-- Working data --
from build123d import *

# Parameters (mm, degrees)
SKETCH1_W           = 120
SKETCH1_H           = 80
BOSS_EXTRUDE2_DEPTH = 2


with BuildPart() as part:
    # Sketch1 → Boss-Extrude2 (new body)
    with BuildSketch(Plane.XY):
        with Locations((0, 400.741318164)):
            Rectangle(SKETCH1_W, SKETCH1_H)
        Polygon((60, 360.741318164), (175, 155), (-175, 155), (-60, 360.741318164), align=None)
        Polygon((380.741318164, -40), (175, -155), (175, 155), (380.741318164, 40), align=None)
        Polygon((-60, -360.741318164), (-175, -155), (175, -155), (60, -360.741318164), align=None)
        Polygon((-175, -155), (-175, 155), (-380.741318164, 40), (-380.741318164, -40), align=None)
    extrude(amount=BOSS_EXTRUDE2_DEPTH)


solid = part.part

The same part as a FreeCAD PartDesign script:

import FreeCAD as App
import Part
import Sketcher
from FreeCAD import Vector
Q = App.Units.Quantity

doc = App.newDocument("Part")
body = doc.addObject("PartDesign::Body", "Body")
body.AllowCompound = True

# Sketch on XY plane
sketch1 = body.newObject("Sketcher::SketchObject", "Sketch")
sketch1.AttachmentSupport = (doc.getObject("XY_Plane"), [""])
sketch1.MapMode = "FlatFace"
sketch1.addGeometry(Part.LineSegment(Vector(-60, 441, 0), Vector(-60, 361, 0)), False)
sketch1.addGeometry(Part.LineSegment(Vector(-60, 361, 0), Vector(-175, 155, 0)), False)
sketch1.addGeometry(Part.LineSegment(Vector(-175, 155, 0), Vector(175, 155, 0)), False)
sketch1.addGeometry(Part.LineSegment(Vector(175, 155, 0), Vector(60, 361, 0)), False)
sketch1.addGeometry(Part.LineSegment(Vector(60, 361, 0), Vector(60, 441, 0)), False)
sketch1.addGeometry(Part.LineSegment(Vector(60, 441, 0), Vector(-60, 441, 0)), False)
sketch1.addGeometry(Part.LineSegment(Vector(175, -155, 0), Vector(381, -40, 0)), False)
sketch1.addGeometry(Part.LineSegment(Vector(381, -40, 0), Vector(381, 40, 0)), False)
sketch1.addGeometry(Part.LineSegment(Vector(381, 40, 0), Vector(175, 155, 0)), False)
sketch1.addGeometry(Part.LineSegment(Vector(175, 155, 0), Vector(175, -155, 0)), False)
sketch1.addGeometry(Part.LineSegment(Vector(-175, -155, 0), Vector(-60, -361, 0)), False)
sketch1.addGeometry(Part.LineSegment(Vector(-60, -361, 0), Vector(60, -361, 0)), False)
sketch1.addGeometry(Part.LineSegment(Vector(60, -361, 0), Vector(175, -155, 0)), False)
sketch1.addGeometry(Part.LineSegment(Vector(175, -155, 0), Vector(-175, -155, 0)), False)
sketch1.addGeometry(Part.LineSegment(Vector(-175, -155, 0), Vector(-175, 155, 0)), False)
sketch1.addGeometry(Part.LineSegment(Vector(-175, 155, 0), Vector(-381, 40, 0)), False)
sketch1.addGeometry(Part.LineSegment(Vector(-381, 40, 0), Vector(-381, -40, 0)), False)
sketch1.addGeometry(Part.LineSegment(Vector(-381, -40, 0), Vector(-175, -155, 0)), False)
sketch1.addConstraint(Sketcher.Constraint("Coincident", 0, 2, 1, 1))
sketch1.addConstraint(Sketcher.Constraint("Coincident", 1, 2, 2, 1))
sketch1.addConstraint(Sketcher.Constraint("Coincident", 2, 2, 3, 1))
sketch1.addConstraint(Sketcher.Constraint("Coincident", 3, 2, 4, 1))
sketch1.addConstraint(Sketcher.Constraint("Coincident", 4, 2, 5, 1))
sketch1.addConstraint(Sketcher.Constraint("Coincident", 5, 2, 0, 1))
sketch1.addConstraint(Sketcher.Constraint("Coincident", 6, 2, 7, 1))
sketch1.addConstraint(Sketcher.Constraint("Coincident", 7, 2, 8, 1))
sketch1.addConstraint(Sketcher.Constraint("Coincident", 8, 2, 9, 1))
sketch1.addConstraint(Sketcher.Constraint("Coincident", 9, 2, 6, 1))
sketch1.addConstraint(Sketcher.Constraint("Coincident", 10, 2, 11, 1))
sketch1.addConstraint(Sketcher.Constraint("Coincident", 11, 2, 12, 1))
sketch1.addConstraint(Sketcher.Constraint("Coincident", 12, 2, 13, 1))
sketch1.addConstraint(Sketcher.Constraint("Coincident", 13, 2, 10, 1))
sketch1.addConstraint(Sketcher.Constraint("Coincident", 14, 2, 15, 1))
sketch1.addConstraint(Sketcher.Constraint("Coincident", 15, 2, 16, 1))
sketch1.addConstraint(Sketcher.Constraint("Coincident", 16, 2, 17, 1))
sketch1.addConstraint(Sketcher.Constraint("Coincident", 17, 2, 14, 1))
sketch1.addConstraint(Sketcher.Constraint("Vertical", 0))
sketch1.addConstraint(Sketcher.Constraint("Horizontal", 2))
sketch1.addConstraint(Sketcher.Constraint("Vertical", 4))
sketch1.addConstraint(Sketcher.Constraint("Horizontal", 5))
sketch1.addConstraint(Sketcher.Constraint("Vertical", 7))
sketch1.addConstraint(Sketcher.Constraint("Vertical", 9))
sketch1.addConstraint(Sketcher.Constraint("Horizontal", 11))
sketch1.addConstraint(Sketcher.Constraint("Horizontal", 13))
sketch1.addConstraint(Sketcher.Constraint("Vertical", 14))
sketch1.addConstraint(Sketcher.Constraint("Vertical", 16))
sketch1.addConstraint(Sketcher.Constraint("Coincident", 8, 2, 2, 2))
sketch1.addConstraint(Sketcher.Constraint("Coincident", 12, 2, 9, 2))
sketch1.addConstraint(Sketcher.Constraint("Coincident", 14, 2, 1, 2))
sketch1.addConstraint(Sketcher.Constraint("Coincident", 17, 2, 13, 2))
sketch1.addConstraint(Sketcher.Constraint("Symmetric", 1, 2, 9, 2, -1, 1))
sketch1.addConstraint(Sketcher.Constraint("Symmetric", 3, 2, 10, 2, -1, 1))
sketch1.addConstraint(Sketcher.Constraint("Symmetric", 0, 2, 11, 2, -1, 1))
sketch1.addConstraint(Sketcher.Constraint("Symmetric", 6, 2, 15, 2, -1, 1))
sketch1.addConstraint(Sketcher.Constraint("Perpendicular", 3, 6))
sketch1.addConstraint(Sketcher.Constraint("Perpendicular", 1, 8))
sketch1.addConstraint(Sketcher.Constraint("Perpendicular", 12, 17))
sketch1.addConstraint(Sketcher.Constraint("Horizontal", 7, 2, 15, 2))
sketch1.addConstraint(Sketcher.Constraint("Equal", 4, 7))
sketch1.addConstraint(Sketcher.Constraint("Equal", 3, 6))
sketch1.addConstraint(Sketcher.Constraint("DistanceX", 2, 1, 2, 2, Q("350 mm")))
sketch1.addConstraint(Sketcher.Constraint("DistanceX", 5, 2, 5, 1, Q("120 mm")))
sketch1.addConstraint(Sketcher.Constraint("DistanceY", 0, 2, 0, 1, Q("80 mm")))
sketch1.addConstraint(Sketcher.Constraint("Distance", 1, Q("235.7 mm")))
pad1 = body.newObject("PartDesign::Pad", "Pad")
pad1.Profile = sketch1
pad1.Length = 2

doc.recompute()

-- Your goal --
Produce an identical printout of the material above.

-- Completed exercise --
from build123d import *

# Parameters (mm, degrees)
SKETCH1_W           = 120
SKETCH1_H           = 80
BOSS_EXTRUDE2_DEPTH = 2


with BuildPart() as part:
    # Sketch1 → Boss-Extrude2 (new body)
    with BuildSketch(Plane.XY):
        with Locations((0, 400.741318164)):
            Rectangle(SKETCH1_W, SKETCH1_H)
        Polygon((60, 360.741318164), (175, 155), (-175, 155), (-60, 360.741318164), align=None)
        Polygon((380.741318164, -40), (175, -155), (175, 155), (380.741318164, 40), align=None)
        Polygon((-60, -360.741318164), (-175, -155), (175, -155), (60, -360.741318164), align=None)
        Polygon((-175, -155), (-175, 155), (-380.741318164, 40), (-380.741318164, -40), align=None)
    extrude(amount=BOSS_EXTRUDE2_DEPTH)


solid = part.part

The same part as a FreeCAD PartDesign script:

import FreeCAD as App
import Part
import Sketcher
from FreeCAD import Vector
Q = App.Units.Quantity

doc = App.newDocument("Part")
body = doc.addObject("PartDesign::Body", "Body")
body.AllowCompound = True

# Sketch on XY plane
sketch1 = body.newObject("Sketcher::SketchObject", "Sketch")
sketch1.AttachmentSupport = (doc.getObject("XY_Plane"), [""])
sketch1.MapMode = "FlatFace"
sketch1.addGeometry(Part.LineSegment(Vector(-60, 441, 0), Vector(-60, 361, 0)), False)
sketch1.addGeometry(Part.LineSegment(Vector(-60, 361, 0), Vector(-175, 155, 0)), False)
sketch1.addGeometry(Part.LineSegment(Vector(-175, 155, 0), Vector(175, 155, 0)), False)
sketch1.addGeometry(Part.LineSegment(Vector(175, 155, 0), Vector(60, 361, 0)), False)
sketch1.addGeometry(Part.LineSegment(Vector(60, 361, 0), Vector(60, 441, 0)), False)
sketch1.addGeometry(Part.LineSegment(Vector(60, 441, 0), Vector(-60, 441, 0)), False)
sketch1.addGeometry(Part.LineSegment(Vector(175, -155, 0), Vector(381, -40, 0)), False)
sketch1.addGeometry(Part.LineSegment(Vector(381, -40, 0), Vector(381, 40, 0)), False)
sketch1.addGeometry(Part.LineSegment(Vector(381, 40, 0), Vector(175, 155, 0)), False)
sketch1.addGeometry(Part.LineSegment(Vector(175, 155, 0), Vector(175, -155, 0)), False)
sketch1.addGeometry(Part.LineSegment(Vector(-175, -155, 0), Vector(-60, -361, 0)), False)
sketch1.addGeometry(Part.LineSegment(Vector(-60, -361, 0), Vector(60, -361, 0)), False)
sketch1.addGeometry(Part.LineSegment(Vector(60, -361, 0), Vector(175, -155, 0)), False)
sketch1.addGeometry(Part.LineSegment(Vector(175, -155, 0), Vector(-175, -155, 0)), False)
sketch1.addGeometry(Part.LineSegment(Vector(-175, -155, 0), Vector(-175, 155, 0)), False)
sketch1.addGeometry(Part.LineSegment(Vector(-175, 155, 0), Vector(-381, 40, 0)), False)
sketch1.addGeometry(Part.LineSegment(Vector(-381, 40, 0), Vector(-381, -40, 0)), False)
sketch1.addGeometry(Part.LineSegment(Vector(-381, -40, 0), Vector(-175, -155, 0)), False)
sketch1.addConstraint(Sketcher.Constraint("Coincident", 0, 2, 1, 1))
sketch1.addConstraint(Sketcher.Constraint("Coincident", 1, 2, 2, 1))
sketch1.addConstraint(Sketcher.Constraint("Coincident", 2, 2, 3, 1))
sketch1.addConstraint(Sketcher.Constraint("Coincident", 3, 2, 4, 1))
sketch1.addConstraint(Sketcher.Constraint("Coincident", 4, 2, 5, 1))
sketch1.addConstraint(Sketcher.Constraint("Coincident", 5, 2, 0, 1))
sketch1.addConstraint(Sketcher.Constraint("Coincident", 6, 2, 7, 1))
sketch1.addConstraint(Sketcher.Constraint("Coincident", 7, 2, 8, 1))
sketch1.addConstraint(Sketcher.Constraint("Coincident", 8, 2, 9, 1))
sketch1.addConstraint(Sketcher.Constraint("Coincident", 9, 2, 6, 1))
sketch1.addConstraint(Sketcher.Constraint("Coincident", 10, 2, 11, 1))
sketch1.addConstraint(Sketcher.Constraint("Coincident", 11, 2, 12, 1))
sketch1.addConstraint(Sketcher.Constraint("Coincident", 12, 2, 13, 1))
sketch1.addConstraint(Sketcher.Constraint("Coincident", 13, 2, 10, 1))
sketch1.addConstraint(Sketcher.Constraint("Coincident", 14, 2, 15, 1))
sketch1.addConstraint(Sketcher.Constraint("Coincident", 15, 2, 16, 1))
sketch1.addConstraint(Sketcher.Constraint("Coincident", 16, 2, 17, 1))
sketch1.addConstraint(Sketcher.Constraint("Coincident", 17, 2, 14, 1))
sketch1.addConstraint(Sketcher.Constraint("Vertical", 0))
sketch1.addConstraint(Sketcher.Constraint("Horizontal", 2))
sketch1.addConstraint(Sketcher.Constraint("Vertical", 4))
sketch1.addConstraint(Sketcher.Constraint("Horizontal", 5))
sketch1.addConstraint(Sketcher.Constraint("Vertical", 7))
sketch1.addConstraint(Sketcher.Constraint("Vertical", 9))
sketch1.addConstraint(Sketcher.Constraint("Horizontal", 11))
sketch1.addConstraint(Sketcher.Constraint("Horizontal", 13))
sketch1.addConstraint(Sketcher.Constraint("Vertical", 14))
sketch1.addConstraint(Sketcher.Constraint("Vertical", 16))
sketch1.addConstraint(Sketcher.Constraint("Coincident", 8, 2, 2, 2))
sketch1.addConstraint(Sketcher.Constraint("Coincident", 12, 2, 9, 2))
sketch1.addConstraint(Sketcher.Constraint("Coincident", 14, 2, 1, 2))
sketch1.addConstraint(Sketcher.Constraint("Coincident", 17, 2, 13, 2))
sketch1.addConstraint(Sketcher.Constraint("Symmetric", 1, 2, 9, 2, -1, 1))
sketch1.addConstraint(Sketcher.Constraint("Symmetric", 3, 2, 10, 2, -1, 1))
sketch1.addConstraint(Sketcher.Constraint("Symmetric", 0, 2, 11, 2, -1, 1))
sketch1.addConstraint(Sketcher.Constraint("Symmetric", 6, 2, 15, 2, -1, 1))
sketch1.addConstraint(Sketcher.Constraint("Perpendicular", 3, 6))
sketch1.addConstraint(Sketcher.Constraint("Perpendicular", 1, 8))
sketch1.addConstraint(Sketcher.Constraint("Perpendicular", 12, 17))
sketch1.addConstraint(Sketcher.Constraint("Horizontal", 7, 2, 15, 2))
sketch1.addConstraint(Sketcher.Constraint("Equal", 4, 7))
sketch1.addConstraint(Sketcher.Constraint("Equal", 3, 6))
sketch1.addConstraint(Sketcher.Constraint("DistanceX", 2, 1, 2, 2, Q("350 mm")))
sketch1.addConstraint(Sketcher.Constraint("DistanceX", 5, 2, 5, 1, Q("120 mm")))
sketch1.addConstraint(Sketcher.Constraint("DistanceY", 0, 2, 0, 1, Q("80 mm")))
sketch1.addConstraint(Sketcher.Constraint("Distance", 1, Q("235.7 mm")))
pad1 = body.newObject("PartDesign::Pad", "Pad")
pad1.Profile = sketch1
pad1.Length = 2

doc.recompute()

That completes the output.